“I am not an ideologue”

Whenever a politician goes out of his way to issue a denial of something that ought to go without saying (“I am not a crook!”), it’s a good sign there’s something worth looking into there.

So when Supervisor Shawn Williams (R-Broad Run) told us “I was not trying to be ideological or capricious with any of my votes” on the 2013 county budget, it’s a good bet that there in fact was, well, plenty ideological and capricious.

All of the supervisors have been busy this week congratulating themselves on reducing the average tax bill to our hard-pressed residents by $144 apiece in the final budget, passed this week. Our hard-working public servants achieved this chiefly by slashing $22 million out of the school budget, a figure arrived at on the entirely non-capricious basis that it was exactly 50% of the entirely non-capricious $44 million the supervisors had originally demanded. That figure, in turn, was arrived at on the entirely non-capricious basis that it would yield exactly a 5% reduction in the property tax rate.

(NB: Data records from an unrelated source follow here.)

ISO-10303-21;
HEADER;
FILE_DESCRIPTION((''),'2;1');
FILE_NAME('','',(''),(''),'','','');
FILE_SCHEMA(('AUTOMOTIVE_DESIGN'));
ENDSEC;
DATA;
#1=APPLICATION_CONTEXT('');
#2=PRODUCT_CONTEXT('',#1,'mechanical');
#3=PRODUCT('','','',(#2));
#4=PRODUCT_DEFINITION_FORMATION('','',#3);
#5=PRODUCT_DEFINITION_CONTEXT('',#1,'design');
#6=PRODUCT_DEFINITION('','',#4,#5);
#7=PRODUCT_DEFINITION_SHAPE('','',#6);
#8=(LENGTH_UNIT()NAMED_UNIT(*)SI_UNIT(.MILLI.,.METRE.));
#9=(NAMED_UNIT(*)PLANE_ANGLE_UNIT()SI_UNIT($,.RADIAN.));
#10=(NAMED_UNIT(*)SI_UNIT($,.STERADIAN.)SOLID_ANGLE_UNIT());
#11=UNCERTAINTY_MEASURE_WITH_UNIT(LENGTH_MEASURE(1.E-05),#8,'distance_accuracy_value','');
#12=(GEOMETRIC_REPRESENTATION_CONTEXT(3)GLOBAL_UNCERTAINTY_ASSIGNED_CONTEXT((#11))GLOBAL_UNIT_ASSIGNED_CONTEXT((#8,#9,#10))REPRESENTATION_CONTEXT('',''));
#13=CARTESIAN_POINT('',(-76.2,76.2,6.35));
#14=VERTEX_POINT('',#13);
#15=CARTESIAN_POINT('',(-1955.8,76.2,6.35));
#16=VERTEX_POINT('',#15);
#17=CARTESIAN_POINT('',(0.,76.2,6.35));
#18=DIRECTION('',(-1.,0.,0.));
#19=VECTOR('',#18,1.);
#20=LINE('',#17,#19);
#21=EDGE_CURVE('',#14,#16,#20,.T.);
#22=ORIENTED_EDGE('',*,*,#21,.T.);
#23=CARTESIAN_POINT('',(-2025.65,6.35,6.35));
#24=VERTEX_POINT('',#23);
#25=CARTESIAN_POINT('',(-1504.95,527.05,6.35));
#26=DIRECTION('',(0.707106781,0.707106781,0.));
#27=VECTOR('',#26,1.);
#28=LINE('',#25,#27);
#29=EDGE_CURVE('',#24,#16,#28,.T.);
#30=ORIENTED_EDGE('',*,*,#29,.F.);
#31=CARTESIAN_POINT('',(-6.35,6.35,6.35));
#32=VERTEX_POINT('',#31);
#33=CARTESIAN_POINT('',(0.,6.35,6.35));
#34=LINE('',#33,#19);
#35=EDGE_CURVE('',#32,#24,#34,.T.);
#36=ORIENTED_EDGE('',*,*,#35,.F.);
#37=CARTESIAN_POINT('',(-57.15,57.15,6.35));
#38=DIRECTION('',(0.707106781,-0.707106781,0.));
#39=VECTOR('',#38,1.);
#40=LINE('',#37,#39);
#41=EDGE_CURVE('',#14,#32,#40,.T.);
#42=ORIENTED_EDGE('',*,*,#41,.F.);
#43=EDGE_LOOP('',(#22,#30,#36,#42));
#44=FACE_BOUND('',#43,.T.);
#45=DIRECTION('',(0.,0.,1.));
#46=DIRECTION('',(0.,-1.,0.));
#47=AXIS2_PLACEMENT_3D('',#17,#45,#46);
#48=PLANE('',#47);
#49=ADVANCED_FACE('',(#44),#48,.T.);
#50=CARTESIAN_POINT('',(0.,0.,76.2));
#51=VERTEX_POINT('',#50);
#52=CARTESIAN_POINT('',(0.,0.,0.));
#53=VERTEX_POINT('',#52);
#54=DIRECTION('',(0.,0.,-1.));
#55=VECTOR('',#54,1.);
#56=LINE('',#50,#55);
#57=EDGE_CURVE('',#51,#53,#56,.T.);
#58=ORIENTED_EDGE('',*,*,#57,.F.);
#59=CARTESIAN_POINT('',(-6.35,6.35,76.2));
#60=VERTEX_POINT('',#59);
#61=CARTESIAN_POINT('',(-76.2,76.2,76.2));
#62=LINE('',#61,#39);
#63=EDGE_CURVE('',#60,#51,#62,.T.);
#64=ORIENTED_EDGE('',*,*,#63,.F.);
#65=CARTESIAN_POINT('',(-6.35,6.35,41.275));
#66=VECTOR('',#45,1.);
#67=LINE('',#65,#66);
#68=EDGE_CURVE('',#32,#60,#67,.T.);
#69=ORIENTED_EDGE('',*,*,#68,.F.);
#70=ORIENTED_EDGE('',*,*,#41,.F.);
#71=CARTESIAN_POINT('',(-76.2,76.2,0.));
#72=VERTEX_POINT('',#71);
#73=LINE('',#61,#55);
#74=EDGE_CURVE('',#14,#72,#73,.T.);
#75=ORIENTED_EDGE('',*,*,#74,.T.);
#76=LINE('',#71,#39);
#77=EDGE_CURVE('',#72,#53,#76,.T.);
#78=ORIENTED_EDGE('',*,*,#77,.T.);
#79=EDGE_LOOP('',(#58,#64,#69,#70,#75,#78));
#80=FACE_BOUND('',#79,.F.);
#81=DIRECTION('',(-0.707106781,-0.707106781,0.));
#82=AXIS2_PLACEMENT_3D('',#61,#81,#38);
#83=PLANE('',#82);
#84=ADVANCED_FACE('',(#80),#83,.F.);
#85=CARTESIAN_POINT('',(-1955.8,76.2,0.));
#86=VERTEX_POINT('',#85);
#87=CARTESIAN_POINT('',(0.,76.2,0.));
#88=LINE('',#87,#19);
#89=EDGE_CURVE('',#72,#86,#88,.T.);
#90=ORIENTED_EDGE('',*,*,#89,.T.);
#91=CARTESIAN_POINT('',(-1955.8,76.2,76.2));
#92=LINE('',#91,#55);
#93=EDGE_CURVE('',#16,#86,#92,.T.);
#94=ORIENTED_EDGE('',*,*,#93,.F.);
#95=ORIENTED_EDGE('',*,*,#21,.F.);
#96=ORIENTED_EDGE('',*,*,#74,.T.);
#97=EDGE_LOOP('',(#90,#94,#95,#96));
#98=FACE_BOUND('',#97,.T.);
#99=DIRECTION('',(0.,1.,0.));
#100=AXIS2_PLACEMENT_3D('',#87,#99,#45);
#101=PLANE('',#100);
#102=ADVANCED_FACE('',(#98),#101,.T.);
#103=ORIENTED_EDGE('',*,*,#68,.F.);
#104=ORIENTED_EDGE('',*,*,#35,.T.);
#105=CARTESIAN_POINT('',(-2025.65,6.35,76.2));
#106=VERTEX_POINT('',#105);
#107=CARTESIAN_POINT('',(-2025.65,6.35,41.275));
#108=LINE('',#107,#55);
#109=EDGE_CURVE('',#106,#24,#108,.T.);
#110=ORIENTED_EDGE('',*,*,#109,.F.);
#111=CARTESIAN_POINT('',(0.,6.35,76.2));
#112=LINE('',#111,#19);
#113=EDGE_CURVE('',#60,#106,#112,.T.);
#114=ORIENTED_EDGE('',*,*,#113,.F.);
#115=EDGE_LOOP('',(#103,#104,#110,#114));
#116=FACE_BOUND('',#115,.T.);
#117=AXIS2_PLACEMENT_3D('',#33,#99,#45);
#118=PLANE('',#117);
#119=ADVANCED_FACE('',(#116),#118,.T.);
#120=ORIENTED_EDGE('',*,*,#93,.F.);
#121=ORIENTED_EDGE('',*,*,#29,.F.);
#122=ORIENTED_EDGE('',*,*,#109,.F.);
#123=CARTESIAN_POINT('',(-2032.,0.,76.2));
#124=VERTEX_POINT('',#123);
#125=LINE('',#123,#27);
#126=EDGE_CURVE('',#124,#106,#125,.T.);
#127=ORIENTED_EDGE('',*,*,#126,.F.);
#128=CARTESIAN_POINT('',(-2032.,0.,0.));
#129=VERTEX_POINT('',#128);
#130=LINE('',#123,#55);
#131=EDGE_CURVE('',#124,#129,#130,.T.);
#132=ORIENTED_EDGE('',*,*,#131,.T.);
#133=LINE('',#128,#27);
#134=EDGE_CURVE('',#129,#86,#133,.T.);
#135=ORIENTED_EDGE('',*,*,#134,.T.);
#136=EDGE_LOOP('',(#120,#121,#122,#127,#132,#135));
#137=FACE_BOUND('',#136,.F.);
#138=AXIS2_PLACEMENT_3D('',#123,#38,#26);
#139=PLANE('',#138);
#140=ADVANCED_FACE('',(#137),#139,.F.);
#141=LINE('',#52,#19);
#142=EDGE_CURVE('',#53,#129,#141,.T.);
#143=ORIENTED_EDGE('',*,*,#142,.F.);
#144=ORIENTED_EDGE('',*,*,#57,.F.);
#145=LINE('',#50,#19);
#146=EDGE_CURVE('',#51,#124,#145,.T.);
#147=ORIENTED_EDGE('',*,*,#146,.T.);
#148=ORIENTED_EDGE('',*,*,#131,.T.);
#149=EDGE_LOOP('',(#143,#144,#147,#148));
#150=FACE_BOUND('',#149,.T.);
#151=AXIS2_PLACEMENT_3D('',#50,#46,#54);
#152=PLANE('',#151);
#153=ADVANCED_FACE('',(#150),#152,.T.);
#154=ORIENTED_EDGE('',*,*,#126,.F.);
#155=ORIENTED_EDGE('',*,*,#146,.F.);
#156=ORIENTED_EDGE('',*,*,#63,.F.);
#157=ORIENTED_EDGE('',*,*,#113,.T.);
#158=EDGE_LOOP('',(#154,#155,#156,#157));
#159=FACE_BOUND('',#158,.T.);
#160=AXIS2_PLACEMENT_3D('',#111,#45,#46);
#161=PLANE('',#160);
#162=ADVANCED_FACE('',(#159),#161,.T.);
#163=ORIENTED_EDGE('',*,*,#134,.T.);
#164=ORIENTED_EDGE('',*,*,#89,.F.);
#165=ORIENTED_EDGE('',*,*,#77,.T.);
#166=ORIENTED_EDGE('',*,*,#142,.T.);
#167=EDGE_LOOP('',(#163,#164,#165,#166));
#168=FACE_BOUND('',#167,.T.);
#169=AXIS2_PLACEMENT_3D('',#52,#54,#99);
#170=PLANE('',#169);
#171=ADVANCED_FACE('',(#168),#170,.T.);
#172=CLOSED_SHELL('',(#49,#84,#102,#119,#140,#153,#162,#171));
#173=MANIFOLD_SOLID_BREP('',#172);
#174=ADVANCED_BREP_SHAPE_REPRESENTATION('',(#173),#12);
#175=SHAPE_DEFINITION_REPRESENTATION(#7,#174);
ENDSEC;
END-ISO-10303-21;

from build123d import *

# Parameters (mm, degrees)
F1_DEPTH = 2032
F3_DEPTH = 76.2


with BuildPart() as f1:
    # F0 (on Right) → F1 (new body)
    with BuildSketch(Plane.YZ):
        Polygon((6.35, 76.2), (0, 76.2), (0, 0), (76.2, 0), (76.2, 6.35), (6.35, 6.35), align=None)
    extrude(amount=-F1_DEPTH)

    # F2 (on face) → F3 (cut)
    with BuildSketch(Plane.XY.offset(76.2)):
        Polygon((0, 0), (0, 76.2), (-76.2, 76.2), align=None)
        Polygon((-2032, 76.2), (-2032, 0), (-1955.8, 76.2), align=None)
    extrude(amount=-F3_DEPTH, mode=Mode.SUBTRACT)


solid = f1.part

Just where the schools will find $22 million to cut, even as their enrollment increases by 2,500 students next year, is up to them!

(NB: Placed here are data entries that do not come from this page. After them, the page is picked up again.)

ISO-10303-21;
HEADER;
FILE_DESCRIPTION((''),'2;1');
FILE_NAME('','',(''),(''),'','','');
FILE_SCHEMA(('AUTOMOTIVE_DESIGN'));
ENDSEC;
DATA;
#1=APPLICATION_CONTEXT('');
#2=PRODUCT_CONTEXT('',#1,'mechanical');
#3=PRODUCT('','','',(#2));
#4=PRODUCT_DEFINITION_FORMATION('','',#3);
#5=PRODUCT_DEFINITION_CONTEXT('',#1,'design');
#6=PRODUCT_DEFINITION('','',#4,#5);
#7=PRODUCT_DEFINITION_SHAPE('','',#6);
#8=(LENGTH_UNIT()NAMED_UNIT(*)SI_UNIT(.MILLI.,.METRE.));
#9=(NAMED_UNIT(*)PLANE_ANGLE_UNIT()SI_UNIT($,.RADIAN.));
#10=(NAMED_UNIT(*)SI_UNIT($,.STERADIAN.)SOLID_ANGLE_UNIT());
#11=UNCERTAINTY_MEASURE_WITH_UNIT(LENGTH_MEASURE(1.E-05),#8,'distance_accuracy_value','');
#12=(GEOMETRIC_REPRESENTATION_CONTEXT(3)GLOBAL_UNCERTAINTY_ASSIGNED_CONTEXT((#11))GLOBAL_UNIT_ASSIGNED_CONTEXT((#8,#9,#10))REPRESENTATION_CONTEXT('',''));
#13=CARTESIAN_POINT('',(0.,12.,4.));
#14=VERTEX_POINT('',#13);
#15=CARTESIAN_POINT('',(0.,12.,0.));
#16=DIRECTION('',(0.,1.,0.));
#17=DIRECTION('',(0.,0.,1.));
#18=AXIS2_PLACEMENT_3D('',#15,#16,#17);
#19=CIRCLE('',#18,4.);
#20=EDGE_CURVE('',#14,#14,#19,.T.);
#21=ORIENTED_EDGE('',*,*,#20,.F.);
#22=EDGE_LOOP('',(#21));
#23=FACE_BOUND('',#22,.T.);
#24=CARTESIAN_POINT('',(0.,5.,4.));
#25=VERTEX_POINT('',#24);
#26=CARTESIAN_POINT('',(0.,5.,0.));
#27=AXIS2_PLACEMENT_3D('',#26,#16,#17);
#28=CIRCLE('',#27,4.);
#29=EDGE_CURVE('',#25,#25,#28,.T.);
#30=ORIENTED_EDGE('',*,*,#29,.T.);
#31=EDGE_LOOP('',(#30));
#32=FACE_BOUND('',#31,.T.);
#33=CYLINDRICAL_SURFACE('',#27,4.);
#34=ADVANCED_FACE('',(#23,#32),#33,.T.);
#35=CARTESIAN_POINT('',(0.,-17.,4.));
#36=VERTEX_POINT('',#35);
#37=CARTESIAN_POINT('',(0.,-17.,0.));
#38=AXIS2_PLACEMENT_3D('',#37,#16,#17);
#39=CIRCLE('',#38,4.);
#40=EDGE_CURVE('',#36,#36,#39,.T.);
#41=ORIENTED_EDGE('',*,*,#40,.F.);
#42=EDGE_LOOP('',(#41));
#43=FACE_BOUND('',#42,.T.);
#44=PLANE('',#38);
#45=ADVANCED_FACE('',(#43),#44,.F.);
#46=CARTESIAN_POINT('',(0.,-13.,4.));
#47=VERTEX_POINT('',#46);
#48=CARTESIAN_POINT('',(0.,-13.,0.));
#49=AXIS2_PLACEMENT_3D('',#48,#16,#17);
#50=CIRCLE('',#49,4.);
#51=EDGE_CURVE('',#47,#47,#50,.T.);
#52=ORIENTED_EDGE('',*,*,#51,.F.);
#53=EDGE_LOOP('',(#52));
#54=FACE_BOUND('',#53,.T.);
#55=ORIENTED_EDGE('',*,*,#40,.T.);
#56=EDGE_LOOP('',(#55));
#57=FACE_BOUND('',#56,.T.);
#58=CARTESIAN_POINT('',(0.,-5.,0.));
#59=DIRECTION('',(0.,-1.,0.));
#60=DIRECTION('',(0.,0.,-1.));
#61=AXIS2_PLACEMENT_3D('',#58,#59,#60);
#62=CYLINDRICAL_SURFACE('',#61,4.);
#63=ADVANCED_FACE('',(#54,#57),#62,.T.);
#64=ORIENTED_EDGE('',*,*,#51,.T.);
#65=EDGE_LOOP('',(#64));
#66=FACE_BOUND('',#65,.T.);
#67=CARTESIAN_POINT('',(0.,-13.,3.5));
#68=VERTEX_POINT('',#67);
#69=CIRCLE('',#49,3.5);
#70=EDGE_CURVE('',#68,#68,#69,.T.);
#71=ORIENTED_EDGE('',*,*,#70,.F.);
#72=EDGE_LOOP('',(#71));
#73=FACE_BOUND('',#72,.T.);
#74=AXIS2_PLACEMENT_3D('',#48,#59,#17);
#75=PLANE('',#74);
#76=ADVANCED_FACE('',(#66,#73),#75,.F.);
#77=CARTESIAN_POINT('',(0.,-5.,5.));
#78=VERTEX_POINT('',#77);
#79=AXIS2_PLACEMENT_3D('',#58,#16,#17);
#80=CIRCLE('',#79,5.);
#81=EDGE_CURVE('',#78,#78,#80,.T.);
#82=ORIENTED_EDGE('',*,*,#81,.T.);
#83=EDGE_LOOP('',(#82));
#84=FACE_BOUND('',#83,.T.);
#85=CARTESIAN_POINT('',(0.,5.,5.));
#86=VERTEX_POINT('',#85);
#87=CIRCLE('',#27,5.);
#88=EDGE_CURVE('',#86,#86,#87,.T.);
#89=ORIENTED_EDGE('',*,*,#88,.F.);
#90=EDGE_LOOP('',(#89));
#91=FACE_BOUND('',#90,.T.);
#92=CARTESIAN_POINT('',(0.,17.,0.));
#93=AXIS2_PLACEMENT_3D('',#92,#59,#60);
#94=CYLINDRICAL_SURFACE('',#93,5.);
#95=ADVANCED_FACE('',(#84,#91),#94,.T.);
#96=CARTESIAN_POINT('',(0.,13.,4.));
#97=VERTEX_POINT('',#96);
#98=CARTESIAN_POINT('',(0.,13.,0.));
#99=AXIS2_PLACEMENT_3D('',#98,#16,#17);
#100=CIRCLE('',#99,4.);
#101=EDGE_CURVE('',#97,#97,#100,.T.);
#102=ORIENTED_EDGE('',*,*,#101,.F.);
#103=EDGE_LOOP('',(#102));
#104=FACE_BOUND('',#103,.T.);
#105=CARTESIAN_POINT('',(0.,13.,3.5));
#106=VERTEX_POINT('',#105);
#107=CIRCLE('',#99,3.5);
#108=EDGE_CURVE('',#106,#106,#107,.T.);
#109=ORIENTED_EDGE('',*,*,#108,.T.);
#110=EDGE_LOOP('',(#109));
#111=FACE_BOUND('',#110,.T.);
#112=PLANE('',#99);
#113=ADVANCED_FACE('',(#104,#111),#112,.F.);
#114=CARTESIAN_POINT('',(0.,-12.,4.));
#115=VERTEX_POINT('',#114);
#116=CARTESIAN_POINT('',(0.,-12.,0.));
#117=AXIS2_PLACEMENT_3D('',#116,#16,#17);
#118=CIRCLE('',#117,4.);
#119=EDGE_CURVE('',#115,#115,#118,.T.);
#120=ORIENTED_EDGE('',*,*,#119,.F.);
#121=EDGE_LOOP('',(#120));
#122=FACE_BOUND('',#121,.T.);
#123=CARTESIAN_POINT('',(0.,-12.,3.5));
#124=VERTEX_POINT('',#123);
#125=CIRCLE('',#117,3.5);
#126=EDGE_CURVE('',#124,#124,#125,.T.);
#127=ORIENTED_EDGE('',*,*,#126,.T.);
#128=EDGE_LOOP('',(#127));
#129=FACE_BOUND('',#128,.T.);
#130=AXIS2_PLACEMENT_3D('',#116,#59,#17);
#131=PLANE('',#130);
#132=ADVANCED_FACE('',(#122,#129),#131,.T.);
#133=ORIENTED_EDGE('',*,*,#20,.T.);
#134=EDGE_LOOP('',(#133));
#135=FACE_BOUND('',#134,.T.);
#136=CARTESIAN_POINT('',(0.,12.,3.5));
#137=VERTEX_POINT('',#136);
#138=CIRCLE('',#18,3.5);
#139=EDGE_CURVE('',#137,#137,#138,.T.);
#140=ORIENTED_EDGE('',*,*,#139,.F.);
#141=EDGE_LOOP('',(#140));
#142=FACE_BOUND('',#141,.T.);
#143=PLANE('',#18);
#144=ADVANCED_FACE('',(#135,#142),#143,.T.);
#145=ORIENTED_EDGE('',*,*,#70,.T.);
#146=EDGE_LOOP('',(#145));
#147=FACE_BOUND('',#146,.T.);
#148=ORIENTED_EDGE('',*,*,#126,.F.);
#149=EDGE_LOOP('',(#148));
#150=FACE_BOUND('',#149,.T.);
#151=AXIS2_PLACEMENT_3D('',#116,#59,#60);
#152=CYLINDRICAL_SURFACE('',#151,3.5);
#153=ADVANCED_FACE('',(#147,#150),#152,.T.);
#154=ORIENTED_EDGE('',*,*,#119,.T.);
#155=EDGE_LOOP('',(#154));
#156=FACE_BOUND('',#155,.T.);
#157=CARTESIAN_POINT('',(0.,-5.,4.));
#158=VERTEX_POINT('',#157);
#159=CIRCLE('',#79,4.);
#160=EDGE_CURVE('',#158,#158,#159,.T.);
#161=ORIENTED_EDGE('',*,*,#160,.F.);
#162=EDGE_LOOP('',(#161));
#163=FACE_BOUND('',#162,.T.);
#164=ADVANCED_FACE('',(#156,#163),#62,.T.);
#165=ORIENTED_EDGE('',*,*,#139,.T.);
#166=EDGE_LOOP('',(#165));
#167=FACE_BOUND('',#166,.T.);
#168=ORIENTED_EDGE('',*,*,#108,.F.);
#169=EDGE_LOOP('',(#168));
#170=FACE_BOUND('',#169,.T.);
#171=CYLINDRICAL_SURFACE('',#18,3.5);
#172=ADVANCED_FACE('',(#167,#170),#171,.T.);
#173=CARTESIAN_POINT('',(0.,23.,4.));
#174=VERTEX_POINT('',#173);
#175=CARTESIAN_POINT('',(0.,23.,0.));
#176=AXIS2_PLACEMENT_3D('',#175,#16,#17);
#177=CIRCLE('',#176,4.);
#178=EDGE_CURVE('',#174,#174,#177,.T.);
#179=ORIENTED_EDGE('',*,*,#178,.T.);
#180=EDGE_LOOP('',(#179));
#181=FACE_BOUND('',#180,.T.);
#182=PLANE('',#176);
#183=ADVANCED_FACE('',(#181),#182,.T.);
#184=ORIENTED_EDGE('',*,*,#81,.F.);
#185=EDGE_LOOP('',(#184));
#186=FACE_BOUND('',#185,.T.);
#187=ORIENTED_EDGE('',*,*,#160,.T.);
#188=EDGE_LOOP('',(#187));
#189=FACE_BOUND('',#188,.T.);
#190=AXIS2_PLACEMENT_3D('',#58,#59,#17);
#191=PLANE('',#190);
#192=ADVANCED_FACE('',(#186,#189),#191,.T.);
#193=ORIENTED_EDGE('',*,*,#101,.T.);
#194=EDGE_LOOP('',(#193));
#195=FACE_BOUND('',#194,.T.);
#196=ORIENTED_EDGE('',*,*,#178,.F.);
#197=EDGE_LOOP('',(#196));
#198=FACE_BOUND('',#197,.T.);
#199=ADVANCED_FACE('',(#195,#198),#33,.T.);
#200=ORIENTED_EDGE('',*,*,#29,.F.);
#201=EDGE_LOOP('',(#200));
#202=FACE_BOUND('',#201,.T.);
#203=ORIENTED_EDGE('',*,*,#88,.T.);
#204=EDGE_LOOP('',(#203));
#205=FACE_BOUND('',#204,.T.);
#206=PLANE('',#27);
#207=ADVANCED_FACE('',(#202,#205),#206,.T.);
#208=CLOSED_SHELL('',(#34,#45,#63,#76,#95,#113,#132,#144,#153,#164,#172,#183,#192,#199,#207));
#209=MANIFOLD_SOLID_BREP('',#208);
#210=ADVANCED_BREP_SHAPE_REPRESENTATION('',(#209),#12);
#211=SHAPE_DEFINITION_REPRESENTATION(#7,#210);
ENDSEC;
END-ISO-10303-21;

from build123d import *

# Parameters (mm, degrees)
SKETCH1_R           = 5
BOSS_EXTRUDE1_DEPTH = 17
SKETCH2_R           = 5
SKETCH2_R_2         = 4
CUT_EXTRUDE1_DEPTH  = 12
CUT_EXTRUDE2_START  = -4
SKETCH3_R           = 4
SKETCH3_R_2         = 3.5
CUT_EXTRUDE2_DEPTH  = 1
SKETCH4_R           = 4
BOSS_EXTRUDE2_DEPTH = 6


with BuildPart() as part:
    # Sketch1 → Boss-Extrude1 (new, symmetric)
    with BuildSketch(Plane(origin=(0, 0, 0), x_dir=(1, 0, 0), z_dir=(0, 1, 0))):
        with Locations(Location((0, 0, 0), (0, 0, 270))):
            Circle(SKETCH1_R)
    extrude(amount=BOSS_EXTRUDE1_DEPTH, both=True)

    # Sketch2 → Cut-Extrude1 (cut)
    with BuildSketch(Plane(origin=(0, 17, 0), x_dir=(1, 0, 0), z_dir=(0, 1, 0))):
        with Locations(Location((0, 0, 0), (0, 0, 270))):
            Circle(SKETCH2_R)
        with Locations(Location((0, 0, 0), (0, 0, 270))):
            Circle(SKETCH2_R_2, mode=Mode.SUBTRACT)
    cut_extrude1 = extrude(amount=-CUT_EXTRUDE1_DEPTH, mode=Mode.SUBTRACT)

    # Mirror1: Cut-Extrude1 across plane
    add(cut_extrude1.mirror(Plane.ZX), mode=Mode.SUBTRACT)

    # Sketch3 → Cut-Extrude2 (cut)
    with BuildSketch(Plane(origin=(0, 17, 0), x_dir=(1, 0, 0), z_dir=(0, 1, 0)).offset(CUT_EXTRUDE2_START)):
        with Locations(Location((0, 0, 0), (0, 0, 270))):
            Circle(SKETCH3_R)
        with Locations(Location((0, 0, 0), (0, 0, 270))):
            Circle(SKETCH3_R_2, mode=Mode.SUBTRACT)
    cut_extrude2 = extrude(amount=-CUT_EXTRUDE2_DEPTH, mode=Mode.SUBTRACT)

    # Mirror2: Cut-Extrude2 across plane
    add(cut_extrude2.mirror(Plane.ZX), mode=Mode.SUBTRACT)

    # Sketch4 → Boss-Extrude2 (add)
    with BuildSketch(Plane(origin=(0, 17, 0), x_dir=(1, 0, 0), z_dir=(0, 1, 0))):
        with Locations(Location((0, 0, 0), (0, 0, 270))):
            Circle(SKETCH4_R)
    extrude(amount=BOSS_EXTRUDE2_DEPTH)


solid = part.part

Among the other strictly non-ideological budget cuts the board approved purely in the interests of government efficiency and high-minded tax-cutting fiscal responsibility were:

• elimination of the Loudoun Drug Court, a program that provided alternative sentencing and treatment for drug offenders, for a savings of 0.01% of the county budget

• elimination of the Extension Service Urban Horticulture program, saving the county 0.005% of its budget while eliminating 14,000 hours of free work volunteered by 167 members of the Master Gardener program

* elimination of the staff position in the building and development office responsible for archeological review of building sites, saving the county 0.002% of its budget

Of course Supervisor Williams is correct that some of these actions were not ideological or capricious at all: they were merely payoffs to campaign contributors in the commercial development industry, or petty acts of revenge against other parts of the community. The Board’s elimination of the illegal-sign cleanup program was both; and then Supervisor Ralph Buona (R-Ashburn) saw a fine chance to revive the familiar Loudoun GOP contempt for Western Loudoun by contemptuously dismissing plans for a park in Lovettsville with this explanation:

It is like we’re just preserving this land out there and creating parks, and we can’t get soccer fields in the east. . . . We need to begin to start thinking about where our population lives. The reality is, these were all planned out a long time ago but they are not serving the population.

(The Lovettsville park was finally approved this week at the last minute when the board reversed its earlier 6–3 vote against it.)

The larger point, though, is that the reason property taxes have risen so much is the result of one thing and one thing only: the enormous growth in the county, directly fueled by previous developer-friendly Republic-majority boards, which threw aside the planning restraints that had tried to keep growth to a sustainable level. As a result, the population of the county tripled in 20 years. In that time the typical property tax bill of a resident also nearly tripled.

The math is simple: each additional student costs the county schools more than $10,000 a year in instructional costs. The average house in the county, assessed at about $400,000, pays less than half that in property taxes. Guess where the difference gets made up? (If you said higher tax rates, go to the head of the class. And that’s not to mention the capital costs of building all of those new schools, which runs to about $20,000 for each additional student.)

We’re going to keep paying that price for a long time to come. It’s political skulduggery for the Loudoun GOP to now try to use the crisis they themselves created as the excuse to kill off programs they oppose on ideological grounds. (“We made this mess, and you people are going to pay for it.”)

Watch for more fun when the Government “Reform” Commission produces its recommendations for the elimination of other programs “not inherently governmental,” as Buona eloquently put it, and their promised  purely objective rational “formulaic construct” (sounds impressive, doesn’t it) to insure that spending in future budgets is directed on a completely objective formulaic basis to the eastern half of the county and to business interests.